Which method handles large occlusions best? Why?

Timeline and Milestones

WeekFocusDeliverable
1Setup + Notebook 01Working tracker with BEV visualization
2Notebook 02Per-frame decomposition with static/dynamic separation
3Notebook 03Background reconstruction + actor insertion demo
4Polish + extensionsEvaluation report, improved inpainting, per-actor models

Total estimated time: 20-25 hours of focused work.

Extensions and Next Steps

After completing the core project, consider these extensions:

  1. Neural inpainting: Replace OpenCV inpainting with a deep learning model (e.g., LaMa) for more realistic background completion, especially for large occluded regions.

  2. Per-actor neural reconstruction: Use the per-actor point clouds and images to build small 3DGS models of individual actors, enabling novel-view rendering of each actor independently.

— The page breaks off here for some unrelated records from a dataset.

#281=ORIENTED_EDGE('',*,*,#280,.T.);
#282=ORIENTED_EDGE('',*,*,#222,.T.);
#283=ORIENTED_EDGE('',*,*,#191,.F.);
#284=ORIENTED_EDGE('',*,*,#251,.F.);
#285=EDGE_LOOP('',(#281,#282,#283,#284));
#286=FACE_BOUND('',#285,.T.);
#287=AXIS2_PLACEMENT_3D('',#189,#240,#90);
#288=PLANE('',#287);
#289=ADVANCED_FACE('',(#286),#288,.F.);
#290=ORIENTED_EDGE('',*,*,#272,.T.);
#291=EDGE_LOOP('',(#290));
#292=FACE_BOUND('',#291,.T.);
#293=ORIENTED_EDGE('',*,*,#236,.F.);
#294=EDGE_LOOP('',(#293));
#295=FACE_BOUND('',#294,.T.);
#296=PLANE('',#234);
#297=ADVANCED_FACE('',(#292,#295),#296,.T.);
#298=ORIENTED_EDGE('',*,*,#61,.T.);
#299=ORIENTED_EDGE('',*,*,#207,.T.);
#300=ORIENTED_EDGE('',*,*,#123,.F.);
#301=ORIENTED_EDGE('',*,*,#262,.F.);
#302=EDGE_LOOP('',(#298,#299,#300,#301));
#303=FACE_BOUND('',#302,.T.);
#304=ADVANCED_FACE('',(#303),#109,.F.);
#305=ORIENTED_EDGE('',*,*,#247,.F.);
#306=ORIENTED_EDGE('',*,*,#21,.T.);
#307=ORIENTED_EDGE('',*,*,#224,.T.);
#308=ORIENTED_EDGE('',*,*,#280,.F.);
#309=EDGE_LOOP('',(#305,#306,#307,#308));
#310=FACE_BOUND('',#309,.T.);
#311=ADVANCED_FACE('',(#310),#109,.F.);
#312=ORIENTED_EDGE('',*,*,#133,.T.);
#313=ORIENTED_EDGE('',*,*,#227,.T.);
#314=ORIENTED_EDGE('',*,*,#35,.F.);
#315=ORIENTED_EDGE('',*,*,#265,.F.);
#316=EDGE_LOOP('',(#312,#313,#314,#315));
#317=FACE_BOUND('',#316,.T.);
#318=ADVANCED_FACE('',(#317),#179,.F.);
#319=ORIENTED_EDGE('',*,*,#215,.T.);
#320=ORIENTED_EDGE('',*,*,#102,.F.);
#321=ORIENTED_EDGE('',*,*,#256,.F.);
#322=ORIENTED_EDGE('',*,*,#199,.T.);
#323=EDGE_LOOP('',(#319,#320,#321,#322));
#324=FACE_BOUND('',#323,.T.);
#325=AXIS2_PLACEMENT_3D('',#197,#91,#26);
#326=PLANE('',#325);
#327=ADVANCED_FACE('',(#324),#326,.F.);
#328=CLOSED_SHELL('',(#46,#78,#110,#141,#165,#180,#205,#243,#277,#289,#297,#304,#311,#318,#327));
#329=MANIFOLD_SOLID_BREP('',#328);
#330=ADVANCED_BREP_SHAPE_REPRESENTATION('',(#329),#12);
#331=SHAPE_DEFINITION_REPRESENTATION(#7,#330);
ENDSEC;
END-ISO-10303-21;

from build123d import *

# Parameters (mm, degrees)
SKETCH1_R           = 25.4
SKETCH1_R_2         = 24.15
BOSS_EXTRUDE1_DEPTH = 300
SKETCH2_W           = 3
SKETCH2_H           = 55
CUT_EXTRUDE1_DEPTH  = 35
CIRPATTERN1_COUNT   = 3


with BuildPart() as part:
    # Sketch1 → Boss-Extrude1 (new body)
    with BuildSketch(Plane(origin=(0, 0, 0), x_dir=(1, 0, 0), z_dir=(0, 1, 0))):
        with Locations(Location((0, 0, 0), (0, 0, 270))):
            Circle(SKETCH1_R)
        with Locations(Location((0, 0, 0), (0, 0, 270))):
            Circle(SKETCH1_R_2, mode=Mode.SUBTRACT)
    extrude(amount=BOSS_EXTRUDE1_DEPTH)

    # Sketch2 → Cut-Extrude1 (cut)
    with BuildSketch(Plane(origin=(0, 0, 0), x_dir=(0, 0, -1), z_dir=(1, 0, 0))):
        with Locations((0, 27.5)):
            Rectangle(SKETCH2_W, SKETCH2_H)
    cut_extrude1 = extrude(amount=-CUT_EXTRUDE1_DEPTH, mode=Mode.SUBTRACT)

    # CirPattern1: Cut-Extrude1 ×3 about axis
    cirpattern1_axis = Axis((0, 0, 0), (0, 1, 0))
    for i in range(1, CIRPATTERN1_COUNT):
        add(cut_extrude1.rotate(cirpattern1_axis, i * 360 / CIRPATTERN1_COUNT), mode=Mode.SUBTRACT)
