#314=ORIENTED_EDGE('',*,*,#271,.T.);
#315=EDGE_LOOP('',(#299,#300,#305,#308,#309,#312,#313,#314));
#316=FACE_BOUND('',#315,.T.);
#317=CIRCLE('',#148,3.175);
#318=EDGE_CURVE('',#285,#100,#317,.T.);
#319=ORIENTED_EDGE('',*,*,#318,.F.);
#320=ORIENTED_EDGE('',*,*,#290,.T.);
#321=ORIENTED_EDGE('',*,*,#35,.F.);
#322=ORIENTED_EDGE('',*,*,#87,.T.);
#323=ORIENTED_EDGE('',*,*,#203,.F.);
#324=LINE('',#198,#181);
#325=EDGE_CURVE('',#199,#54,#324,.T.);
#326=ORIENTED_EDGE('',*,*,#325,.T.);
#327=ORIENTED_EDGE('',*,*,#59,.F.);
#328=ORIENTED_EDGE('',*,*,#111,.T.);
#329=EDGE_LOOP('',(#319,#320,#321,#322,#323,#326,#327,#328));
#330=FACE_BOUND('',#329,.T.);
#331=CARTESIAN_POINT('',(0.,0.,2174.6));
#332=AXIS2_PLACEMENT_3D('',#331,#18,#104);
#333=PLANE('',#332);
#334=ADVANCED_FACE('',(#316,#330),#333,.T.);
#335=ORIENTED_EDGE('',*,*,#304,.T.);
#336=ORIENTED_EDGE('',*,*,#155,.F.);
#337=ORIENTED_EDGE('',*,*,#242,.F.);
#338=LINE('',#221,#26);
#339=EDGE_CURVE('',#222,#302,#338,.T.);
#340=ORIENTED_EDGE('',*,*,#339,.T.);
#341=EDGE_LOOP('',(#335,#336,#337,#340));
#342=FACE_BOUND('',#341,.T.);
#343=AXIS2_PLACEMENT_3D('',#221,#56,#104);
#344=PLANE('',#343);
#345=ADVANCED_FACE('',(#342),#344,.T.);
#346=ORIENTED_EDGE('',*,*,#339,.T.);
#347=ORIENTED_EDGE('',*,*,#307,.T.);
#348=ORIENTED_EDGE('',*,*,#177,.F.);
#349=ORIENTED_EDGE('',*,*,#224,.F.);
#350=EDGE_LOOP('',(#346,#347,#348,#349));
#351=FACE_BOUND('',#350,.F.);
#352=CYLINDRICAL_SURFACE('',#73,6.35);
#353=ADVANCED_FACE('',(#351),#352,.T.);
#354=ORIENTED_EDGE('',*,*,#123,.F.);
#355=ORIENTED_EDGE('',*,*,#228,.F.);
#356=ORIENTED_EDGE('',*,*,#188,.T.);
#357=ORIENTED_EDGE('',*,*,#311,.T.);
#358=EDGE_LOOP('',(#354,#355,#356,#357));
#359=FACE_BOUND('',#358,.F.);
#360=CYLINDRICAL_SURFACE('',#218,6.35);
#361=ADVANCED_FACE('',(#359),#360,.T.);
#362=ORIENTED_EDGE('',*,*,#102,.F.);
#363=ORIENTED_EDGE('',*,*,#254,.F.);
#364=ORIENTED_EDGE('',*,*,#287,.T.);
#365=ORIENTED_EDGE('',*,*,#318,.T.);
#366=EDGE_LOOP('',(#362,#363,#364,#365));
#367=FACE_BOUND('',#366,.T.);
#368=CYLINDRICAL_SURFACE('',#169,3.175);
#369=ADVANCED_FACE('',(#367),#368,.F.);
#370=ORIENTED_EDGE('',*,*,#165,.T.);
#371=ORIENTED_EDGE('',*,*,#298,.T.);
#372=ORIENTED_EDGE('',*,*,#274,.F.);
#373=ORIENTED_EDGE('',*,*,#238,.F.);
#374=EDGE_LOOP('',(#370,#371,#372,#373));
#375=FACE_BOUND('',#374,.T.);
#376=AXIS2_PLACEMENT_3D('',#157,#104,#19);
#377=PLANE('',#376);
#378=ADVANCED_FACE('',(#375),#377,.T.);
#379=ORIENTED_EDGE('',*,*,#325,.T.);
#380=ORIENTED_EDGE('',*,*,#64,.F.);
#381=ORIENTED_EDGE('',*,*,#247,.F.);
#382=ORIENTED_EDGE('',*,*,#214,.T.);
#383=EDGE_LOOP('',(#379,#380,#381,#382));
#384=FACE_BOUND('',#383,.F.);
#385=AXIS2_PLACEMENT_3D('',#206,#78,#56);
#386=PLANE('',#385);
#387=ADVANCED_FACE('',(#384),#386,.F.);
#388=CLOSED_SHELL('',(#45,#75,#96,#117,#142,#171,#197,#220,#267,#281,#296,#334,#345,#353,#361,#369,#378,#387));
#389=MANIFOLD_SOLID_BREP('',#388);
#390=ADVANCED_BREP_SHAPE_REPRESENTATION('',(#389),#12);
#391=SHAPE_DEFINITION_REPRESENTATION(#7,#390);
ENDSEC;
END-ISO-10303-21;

  3. Real dataset integration: Apply the pipeline to real driving data from nuScenes or Waymo Open Dataset, handling the challenges of real (noisy, incomplete) detections.

  4. Video-consistent decomposition: Extend image inpainting to be temporally consistent across frames, avoiding flickering in the reconstructed background video.

  5. Semantic-aware decomposition: Go beyond bounding boxes by using instance segmentation masks (e.g., from Mask R-CNN) for tighter dynamic masks that better separate actors from background at pixel level.

  6. Integration with 3DGS: Feed the decomposed static background into a 3DGS reconstruction pipeline (connect with the "3DGS Scene Reconstruction" project) to build a fully editable neural scene representation.

References

  • Weng, X. & Kitani, K. (2020). "A Baseline for 3D Multi-Object Tracking." arXiv:1907.03961.
  • Yang, Z. et al. (2023). "UniSim: A Neural Closed-Loop Sensor Simulator." CVPR 2023.
  • Wu, Z. et al. (2023). "MARS: An Instance-aware, Modular and Realistic Simulator for Autonomous Driving." CICAI 2023.
  • Tonderski, A. et al. (2024). "NeuRAD: Neural Rendering for Autonomous Driving." CVPR 2024.
  • Kuhn, H. W. (1955). "The Hungarian Method for the Assignment Problem." Naval Research Logistics.
  • Kalman, R. E. (1960). "A New Approach to Linear Filtering and Prediction Problems." Journal of Basic Engineering.
  • Bertalmio, M. et al. (2001). "Navier-Stokes, Fluid Dynamics, and Image and Video Inpainting." CVPR 2001.
  • Telea, A. (2004). "An Image Inpainting Technique Based on the Fast Marching Method." Journal of Graphics Tools.